• What the exercise asks: Below are entries; count the lines containing the string "BuildPart". The answer is that number alone.

Stored items from a collection

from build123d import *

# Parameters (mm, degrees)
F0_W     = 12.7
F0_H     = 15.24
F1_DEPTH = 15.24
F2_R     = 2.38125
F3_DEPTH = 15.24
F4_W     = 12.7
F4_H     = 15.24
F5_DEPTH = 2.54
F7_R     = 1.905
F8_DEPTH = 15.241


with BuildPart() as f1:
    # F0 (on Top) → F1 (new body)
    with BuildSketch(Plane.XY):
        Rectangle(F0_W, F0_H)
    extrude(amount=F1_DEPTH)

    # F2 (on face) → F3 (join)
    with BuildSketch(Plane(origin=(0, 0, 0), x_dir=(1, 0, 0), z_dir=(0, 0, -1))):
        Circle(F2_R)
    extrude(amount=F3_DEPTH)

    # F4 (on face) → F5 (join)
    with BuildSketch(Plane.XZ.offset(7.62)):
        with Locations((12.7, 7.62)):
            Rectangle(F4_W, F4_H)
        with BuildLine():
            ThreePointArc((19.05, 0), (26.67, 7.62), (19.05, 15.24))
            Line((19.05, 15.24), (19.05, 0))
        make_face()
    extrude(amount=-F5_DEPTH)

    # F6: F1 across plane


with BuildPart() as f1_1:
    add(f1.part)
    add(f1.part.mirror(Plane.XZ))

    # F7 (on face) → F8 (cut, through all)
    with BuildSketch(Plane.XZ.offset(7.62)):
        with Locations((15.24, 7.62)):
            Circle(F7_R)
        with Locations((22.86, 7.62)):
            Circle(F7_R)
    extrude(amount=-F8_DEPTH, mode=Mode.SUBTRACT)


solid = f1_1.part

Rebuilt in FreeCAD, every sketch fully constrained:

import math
import FreeCAD as App
import Part
import Sketcher
Q = App.Units.Quantity

doc = App.newDocument("Part")
params = doc.addObject("Spreadsheet::Sheet", "Params")
for row, (alias, value) in enumerate([
    ("sketch1_width", "0.5 in"),
    ("sketch1_height", "0.6 in"),
    ("pad1_length", "0.6 in"),
    ("sketch2_diameter", "0.1875 in"),
    ("pad2_length", "0.6 in"),
    ("sketch3_radius", "0.3 in"),
    ("sketch3_width", "0.5 in"),
    ("pad3_length", "0.1 in"),
    ("sketch4_diameter", "0.15 in"),
], start=1):
    params.set(f"A{row}", alias)
    params.set(f"B{row}", "=" + value)
    params.setAlias(f"B{row}", alias)

body = doc.addObject("PartDesign::Body", "Body")

sketch1 = body.newObject("Sketcher::SketchObject", "Sketch")
sketch1.AttachmentSupport = (doc.getObject("XY_Plane"), [""])
sketch1.MapMode = "FlatFace"
sketch1.addGeometry([
    Part.LineSegment(App.Vector(-6, 8, 0), App.Vector(-6, -8, 0)),
    Part.LineSegment(App.Vector(-6, -8, 0), App.Vector(6, -8, 0)),
    Part.LineSegment(App.Vector(6, -8, 0), App.Vector(6, 8, 0)),
    Part.LineSegment(App.Vector(6, 8, 0), App.Vector(-6, 8, 0)),
], False)
sketch1.addConstraint([
    Sketcher.Constraint("Coincident", 0, 2, 1, 1),
    Sketcher.Constraint("Coincident", 1, 2, 2, 1),
    Sketcher.Constraint("Coincident", 2, 2, 3, 1),
    Sketcher.Constraint("Coincident", 3, 2, 0, 1),
    Sketcher.Constraint("Vertical", 0),
    Sketcher.Constraint("Horizontal", 1),
    Sketcher.Constraint("Vertical", 2),
    Sketcher.Constraint("Horizontal", 3),
    Sketcher.Constraint("Symmetric", 0, 2, 2, 2, -1, 1),
    Sketcher.Constraint("DistanceX", 1, 1, 1, 2, Q("0.5 in")),
    Sketcher.Constraint("DistanceY", 0, 2, 0, 1, Q("0.6 in")),
])
sketch1.setExpression("Constraints[9]", "Params.sketch1_width")
sketch1.setExpression("Constraints[10]", "Params.sketch1_height")
pad1 = body.newObject("PartDesign::Pad", "Pad")
pad1.Profile = sketch1
pad1.setExpression("Length", "Params.pad1_length")

sketch2 = body.newObject("Sketcher::SketchObject", "Sketch001")
sketch2.AttachmentSupport = (doc.getObject("XY_Plane"), [""])
sketch2.MapMode = "FlatFace"
sketch2.addGeometry(Part.Circle(App.Vector(0, 0, 0), App.Vector(0, 0, 1), 2.4), False)
sketch2.addConstraint([
    Sketcher.Constraint("Coincident", 0, 3, -1, 1),
    Sketcher.Constraint("Diameter", 0, Q("0.1875 in")),
])
sketch2.setExpression("Constraints[1]", "Params.sketch2_diameter")
pad2 = body.newObject("PartDesign::Pad", "Pad001")
pad2.Profile = sketch2
pad2.setExpression("Length", "Params.pad2_length")
pad2.Reversed = True

sketch3 = body.newObject("Sketcher::SketchObject", "Sketch002")
sketch3.AttachmentSupport = (doc.getObject("XZ_Plane"), [""])
sketch3.MapMode = "FlatFace"
sketch3.AttachmentOffset = App.Placement(App.Vector(0, 0, 0.3 * 25.4), App.Rotation())
sketch3.addGeometry([
    Part.LineSegment(App.Vector(6, 15, 0), App.Vector(6, 0, 0)),
    Part.LineSegment(App.Vector(6, 0, 0), App.Vector(19, 0, 0)),
    Part.ArcOfCircle(Part.Circle(App.Vector(19, 8, 0), App.Vector(0, 0, 1), 8), math.radians(-90), math.radians(90)),
    Part.LineSegment(App.Vector(19, 15, 0), App.Vector(6, 15, 0)),
], False)
sketch3.addConstraint([
    Sketcher.Constraint("Coincident", 0, 2, 1, 1),
    Sketcher.Constraint("Tangent", 1, 2, 2, 1),
    Sketcher.Constraint("Tangent", 2, 2, 3, 1),
    Sketcher.Constraint("Coincident", 3, 2, 0, 1),
    Sketcher.Constraint("Vertical", 0),
    Sketcher.Constraint("Horizontal", 1),
    Sketcher.Constraint("Horizontal", 3),
    Sketcher.Constraint("PointOnObject", 0, 2, -1),
    Sketcher.Constraint("Radius", 2, Q("0.3 in")),
    Sketcher.Constraint("DistanceX", 1, 1, 1, 2, Q("0.5 in")),
    Sketcher.Constraint("DistanceX", -1, 1, 2, 3, Q("0.75 in")),
])
sketch3.setExpression("Constraints[8]", "Params.sketch3_radius")
sketch3.setExpression("Constraints[9]", "Params.sketch3_width")
pad3 = body.newObject("PartDesign::Pad", "Pad002")
pad3.Profile = sketch3
pad3.setExpression("Length", "Params.pad3_length")
pad3.Reversed = True
body2 = doc.addObject("PartDesign::Body", "Body001")
doc.recompute()

body2.BaseFeature = body
doc.recompute()

mirroring = doc.addObject("Part::Mirroring", "Mirroring")
mirroring.Source = body
mirroring.Base = App.Vector(0, 0, 0)
mirroring.Normal = App.Vector(0, -1, 0)
body3 = doc.addObject("PartDesign::Body", "Body002")
body3.BaseFeature = mirroring
boolean = body2.newObject("PartDesign::Boolean", "Boolean")
boolean.Type = "Fuse"
boolean.addObjects([body3])
doc.recompute()

sketch4 = body2.newObject("Sketcher::SketchObject", "Sketch003")
sketch4.AttachmentSupport = (doc.getObject("XZ_Plane001"), [""])
sketch4.MapMode = "FlatFace"
sketch4.AttachmentOffset = App.Placement(App.Vector(0, 0, 0.3 * 25.4), App.Rotation())
sketch4.addGeometry([
    Part.Circle(App.Vector(15.2, 7.6, 0), App.Vector(0, 0, 1), 1.9),
    Part.Circle(App.Vector(22.9, 7.6, 0), App.Vector(0, 0, 1), 1.9),
], False)
sketch4.addConstraint([
    Sketcher.Constraint("Equal", 0, 1),
    Sketcher.Constraint("Horizontal", 0, 3, 1, 3),
    Sketcher.Constraint("Diameter", 0, Q("0.15 in")),
    Sketcher.Constraint("DistanceX", -1, 1, 0, 3, Q("0.6 in")),
    Sketcher.Constraint("DistanceY", -1, 1, 0, 3, Q("0.3 in")),
    Sketcher.Constraint("DistanceX", -1, 1, 1, 3, Q("0.9 in")),
])
sketch4.setExpression("Constraints[2]", "Params.sketch4_diameter")
pocket1 = body2.newObject("PartDesign::Pocket", "Pocket")
pocket1.Profile = sketch4
pocket1.Type = "ThroughAll"
mirroring.Visibility = False

doc.recompute()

• Solution for this exercise: 2